(MATERIAL PROVIDED)

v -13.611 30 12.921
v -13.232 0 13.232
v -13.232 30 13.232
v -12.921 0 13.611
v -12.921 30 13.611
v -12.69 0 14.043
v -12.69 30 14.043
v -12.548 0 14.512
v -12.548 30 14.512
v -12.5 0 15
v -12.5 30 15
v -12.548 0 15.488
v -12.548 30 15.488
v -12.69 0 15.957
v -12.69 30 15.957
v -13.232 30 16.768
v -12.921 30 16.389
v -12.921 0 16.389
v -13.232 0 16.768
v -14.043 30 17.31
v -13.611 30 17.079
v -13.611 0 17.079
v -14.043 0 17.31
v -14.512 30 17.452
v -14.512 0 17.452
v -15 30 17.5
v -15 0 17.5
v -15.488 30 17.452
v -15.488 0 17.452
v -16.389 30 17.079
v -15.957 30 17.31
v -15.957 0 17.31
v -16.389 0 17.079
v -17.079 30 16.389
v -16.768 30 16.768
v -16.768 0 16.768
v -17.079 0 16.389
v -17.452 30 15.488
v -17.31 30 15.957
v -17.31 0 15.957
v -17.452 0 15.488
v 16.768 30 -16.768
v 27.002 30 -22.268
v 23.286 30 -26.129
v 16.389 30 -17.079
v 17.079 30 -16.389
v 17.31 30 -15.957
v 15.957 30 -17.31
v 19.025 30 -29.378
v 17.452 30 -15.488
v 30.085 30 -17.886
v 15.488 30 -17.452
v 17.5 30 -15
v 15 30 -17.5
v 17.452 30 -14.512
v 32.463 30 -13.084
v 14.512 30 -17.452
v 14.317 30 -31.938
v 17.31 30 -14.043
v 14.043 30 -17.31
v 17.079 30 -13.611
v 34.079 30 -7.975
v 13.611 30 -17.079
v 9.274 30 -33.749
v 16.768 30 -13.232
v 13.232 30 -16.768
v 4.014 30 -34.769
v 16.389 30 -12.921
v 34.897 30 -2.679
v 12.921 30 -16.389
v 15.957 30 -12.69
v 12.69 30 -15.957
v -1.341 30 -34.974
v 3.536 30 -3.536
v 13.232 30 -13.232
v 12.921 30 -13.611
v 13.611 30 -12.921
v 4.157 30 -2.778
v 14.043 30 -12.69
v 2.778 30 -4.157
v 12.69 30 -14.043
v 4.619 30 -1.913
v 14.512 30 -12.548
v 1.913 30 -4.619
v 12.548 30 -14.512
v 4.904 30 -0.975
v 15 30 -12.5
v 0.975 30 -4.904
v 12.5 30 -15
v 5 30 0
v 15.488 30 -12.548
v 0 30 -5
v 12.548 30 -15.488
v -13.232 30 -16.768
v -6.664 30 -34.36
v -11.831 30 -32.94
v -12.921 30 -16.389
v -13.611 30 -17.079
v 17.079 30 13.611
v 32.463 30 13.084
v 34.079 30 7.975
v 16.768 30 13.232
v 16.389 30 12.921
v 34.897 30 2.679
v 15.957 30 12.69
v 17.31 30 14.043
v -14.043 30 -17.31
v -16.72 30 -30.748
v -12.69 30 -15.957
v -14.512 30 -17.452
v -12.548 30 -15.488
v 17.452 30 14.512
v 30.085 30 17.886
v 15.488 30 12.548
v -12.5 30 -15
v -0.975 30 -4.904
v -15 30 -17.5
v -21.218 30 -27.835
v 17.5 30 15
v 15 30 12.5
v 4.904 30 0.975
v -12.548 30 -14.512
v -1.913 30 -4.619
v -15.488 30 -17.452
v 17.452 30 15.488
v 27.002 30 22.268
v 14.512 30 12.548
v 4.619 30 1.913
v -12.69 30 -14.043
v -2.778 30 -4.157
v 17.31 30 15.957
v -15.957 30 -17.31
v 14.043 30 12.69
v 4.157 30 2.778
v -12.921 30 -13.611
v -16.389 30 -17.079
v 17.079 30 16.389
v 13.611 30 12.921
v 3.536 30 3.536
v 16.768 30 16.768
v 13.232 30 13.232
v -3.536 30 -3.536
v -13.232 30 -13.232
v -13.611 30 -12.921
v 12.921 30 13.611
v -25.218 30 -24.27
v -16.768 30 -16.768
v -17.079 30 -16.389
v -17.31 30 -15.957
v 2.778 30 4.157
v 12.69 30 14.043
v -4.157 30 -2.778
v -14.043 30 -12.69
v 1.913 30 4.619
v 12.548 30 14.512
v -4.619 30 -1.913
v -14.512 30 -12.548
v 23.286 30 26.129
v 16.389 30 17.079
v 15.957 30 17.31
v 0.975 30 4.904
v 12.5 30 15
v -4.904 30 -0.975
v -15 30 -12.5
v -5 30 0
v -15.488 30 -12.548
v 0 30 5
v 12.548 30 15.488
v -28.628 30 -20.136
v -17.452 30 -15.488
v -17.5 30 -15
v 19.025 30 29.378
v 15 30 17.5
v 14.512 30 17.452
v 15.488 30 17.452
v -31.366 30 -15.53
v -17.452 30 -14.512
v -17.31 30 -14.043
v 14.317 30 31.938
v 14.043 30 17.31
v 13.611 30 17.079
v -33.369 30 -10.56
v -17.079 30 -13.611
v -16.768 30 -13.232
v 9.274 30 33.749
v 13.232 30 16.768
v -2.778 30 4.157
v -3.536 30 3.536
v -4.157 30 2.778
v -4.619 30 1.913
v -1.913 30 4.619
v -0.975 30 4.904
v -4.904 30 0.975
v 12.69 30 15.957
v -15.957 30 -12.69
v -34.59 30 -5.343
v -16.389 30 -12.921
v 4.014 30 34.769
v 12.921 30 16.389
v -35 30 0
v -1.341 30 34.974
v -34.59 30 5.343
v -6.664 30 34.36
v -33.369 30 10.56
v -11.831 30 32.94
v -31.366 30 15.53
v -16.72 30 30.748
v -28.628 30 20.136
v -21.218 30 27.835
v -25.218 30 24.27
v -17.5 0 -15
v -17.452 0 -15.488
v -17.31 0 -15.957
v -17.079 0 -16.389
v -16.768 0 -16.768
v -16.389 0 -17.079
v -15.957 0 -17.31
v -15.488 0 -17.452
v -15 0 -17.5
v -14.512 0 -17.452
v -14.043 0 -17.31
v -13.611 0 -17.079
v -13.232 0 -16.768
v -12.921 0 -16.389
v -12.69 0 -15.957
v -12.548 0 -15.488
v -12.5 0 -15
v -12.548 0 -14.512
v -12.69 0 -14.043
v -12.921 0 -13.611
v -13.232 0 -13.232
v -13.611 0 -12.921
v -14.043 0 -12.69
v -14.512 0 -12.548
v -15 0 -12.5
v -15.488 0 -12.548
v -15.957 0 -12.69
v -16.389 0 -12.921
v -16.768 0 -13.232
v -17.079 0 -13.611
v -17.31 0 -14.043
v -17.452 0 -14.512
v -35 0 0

(End MATERIAL PROVIDED)

Transcribe the material above in its entirety, precisely as written.

*RESPONSE TO THIS TASK*.
v -13.611 30 12.921
v -13.232 0 13.232
v -13.232 30 13.232
v -12.921 0 13.611
v -12.921 30 13.611
v -12.69 0 14.043
v -12.69 30 14.043
v -12.548 0 14.512
v -12.548 30 14.512
v -12.5 0 15
v -12.5 30 15
v -12.548 0 15.488
v -12.548 30 15.488
v -12.69 0 15.957
v -12.69 30 15.957
v -13.232 30 16.768
v -12.921 30 16.389
v -12.921 0 16.389
v -13.232 0 16.768
v -14.043 30 17.31
v -13.611 30 17.079
v -13.611 0 17.079
v -14.043 0 17.31
v -14.512 30 17.452
v -14.512 0 17.452
v -15 30 17.5
v -15 0 17.5
v -15.488 30 17.452
v -15.488 0 17.452
v -16.389 30 17.079
v -15.957 30 17.31
v -15.957 0 17.31
v -16.389 0 17.079
v -17.079 30 16.389
v -16.768 30 16.768
v -16.768 0 16.768
v -17.079 0 16.389
v -17.452 30 15.488
v -17.31 30 15.957
v -17.31 0 15.957
v -17.452 0 15.488
v 16.768 30 -16.768
v 27.002 30 -22.268
v 23.286 30 -26.129
v 16.389 30 -17.079
v 17.079 30 -16.389
v 17.31 30 -15.957
v 15.957 30 -17.31
v 19.025 30 -29.378
v 17.452 30 -15.488
v 30.085 30 -17.886
v 15.488 30 -17.452
v 17.5 30 -15
v 15 30 -17.5
v 17.452 30 -14.512
v 32.463 30 -13.084
v 14.512 30 -17.452
v 14.317 30 -31.938
v 17.31 30 -14.043
v 14.043 30 -17.31
v 17.079 30 -13.611
v 34.079 30 -7.975
v 13.611 30 -17.079
v 9.274 30 -33.749
v 16.768 30 -13.232
v 13.232 30 -16.768
v 4.014 30 -34.769
v 16.389 30 -12.921
v 34.897 30 -2.679
v 12.921 30 -16.389
v 15.957 30 -12.69
v 12.69 30 -15.957
v -1.341 30 -34.974
v 3.536 30 -3.536
v 13.232 30 -13.232
v 12.921 30 -13.611
v 13.611 30 -12.921
v 4.157 30 -2.778
v 14.043 30 -12.69
v 2.778 30 -4.157
v 12.69 30 -14.043
v 4.619 30 -1.913
v 14.512 30 -12.548
v 1.913 30 -4.619
v 12.548 30 -14.512
v 4.904 30 -0.975
v 15 30 -12.5
v 0.975 30 -4.904
v 12.5 30 -15
v 5 30 0
v 15.488 30 -12.548
v 0 30 -5
v 12.548 30 -15.488
v -13.232 30 -16.768
v -6.664 30 -34.36
v -11.831 30 -32.94
v -12.921 30 -16.389
v -13.611 30 -17.079
v 17.079 30 13.611
v 32.463 30 13.084
v 34.079 30 7.975
v 16.768 30 13.232
v 16.389 30 12.921
v 34.897 30 2.679
v 15.957 30 12.69
v 17.31 30 14.043
v -14.043 30 -17.31
v -16.72 30 -30.748
v -12.69 30 -15.957
v -14.512 30 -17.452
v -12.548 30 -15.488
v 17.452 30 14.512
v 30.085 30 17.886
v 15.488 30 12.548
v -12.5 30 -15
v -0.975 30 -4.904
v -15 30 -17.5
v -21.218 30 -27.835
v 17.5 30 15
v 15 30 12.5
v 4.904 30 0.975
v -12.548 30 -14.512
v -1.913 30 -4.619
v -15.488 30 -17.452
v 17.452 30 15.488
v 27.002 30 22.268
v 14.512 30 12.548
v 4.619 30 1.913
v -12.69 30 -14.043
v -2.778 30 -4.157
v 17.31 30 15.957
v -15.957 30 -17.31
v 14.043 30 12.69
v 4.157 30 2.778
v -12.921 30 -13.611
v -16.389 30 -17.079
v 17.079 30 16.389
v 13.611 30 12.921
v 3.536 30 3.536
v 16.768 30 16.768
v 13.232 30 13.232
v -3.536 30 -3.536
v -13.232 30 -13.232
v -13.611 30 -12.921
v 12.921 30 13.611
v -25.218 30 -24.27
v -16.768 30 -16.768
v -17.079 30 -16.389
v -17.31 30 -15.957
v 2.778 30 4.157
v 12.69 30 14.043
v -4.157 30 -2.778
v -14.043 30 -12.69
v 1.913 30 4.619
v 12.548 30 14.512
v -4.619 30 -1.913
v -14.512 30 -12.548
v 23.286 30 26.129
v 16.389 30 17.079
v 15.957 30 17.31
v 0.975 30 4.904
v 12.5 30 15
v -4.904 30 -0.975
v -15 30 -12.5
v -5 30 0
v -15.488 30 -12.548
v 0 30 5
v 12.548 30 15.488
v -28.628 30 -20.136
v -17.452 30 -15.488
v -17.5 30 -15
v 19.025 30 29.378
v 15 30 17.5
v 14.512 30 17.452
v 15.488 30 17.452
v -31.366 30 -15.53
v -17.452 30 -14.512
v -17.31 30 -14.043
v 14.317 30 31.938
v 14.043 30 17.31
v 13.611 30 17.079
v -33.369 30 -10.56
v -17.079 30 -13.611
v -16.768 30 -13.232
v 9.274 30 33.749
v 13.232 30 16.768
v -2.778 30 4.157
v -3.536 30 3.536
v -4.157 30 2.778
v -4.619 30 1.913
v -1.913 30 4.619
v -0.975 30 4.904
v -4.904 30 0.975
v 12.69 30 15.957
v -15.957 30 -12.69
v -34.59 30 -5.343
v -16.389 30 -12.921
v 4.014 30 34.769
v 12.921 30 16.389
v -35 30 0
v -1.341 30 34.974
v -34.59 30 5.343
v -6.664 30 34.36
v -33.369 30 10.56
v -11.831 30 32.94
v -31.366 30 15.53
v -16.72 30 30.748
v -28.628 30 20.136
v -21.218 30 27.835
v -25.218 30 24.27
v -17.5 0 -15
v -17.452 0 -15.488
v -17.31 0 -15.957
v -17.079 0 -16.389
v -16.768 0 -16.768
v -16.389 0 -17.079
v -15.957 0 -17.31
v -15.488 0 -17.452
v -15 0 -17.5
v -14.512 0 -17.452
v -14.043 0 -17.31
v -13.611 0 -17.079
v -13.232 0 -16.768
v -12.921 0 -16.389
v -12.69 0 -15.957
v -12.548 0 -15.488
v -12.5 0 -15
v -12.548 0 -14.512
v -12.69 0 -14.043
v -12.921 0 -13.611
v -13.232 0 -13.232
v -13.611 0 -12.921
v -14.043 0 -12.69
v -14.512 0 -12.548
v -15 0 -12.5
v -15.488 0 -12.548
v -15.957 0 -12.69
v -16.389 0 -12.921
v -16.768 0 -13.232
v -17.079 0 -13.611
v -17.31 0 -14.043
v -17.452 0 -14.512
v -35 0 0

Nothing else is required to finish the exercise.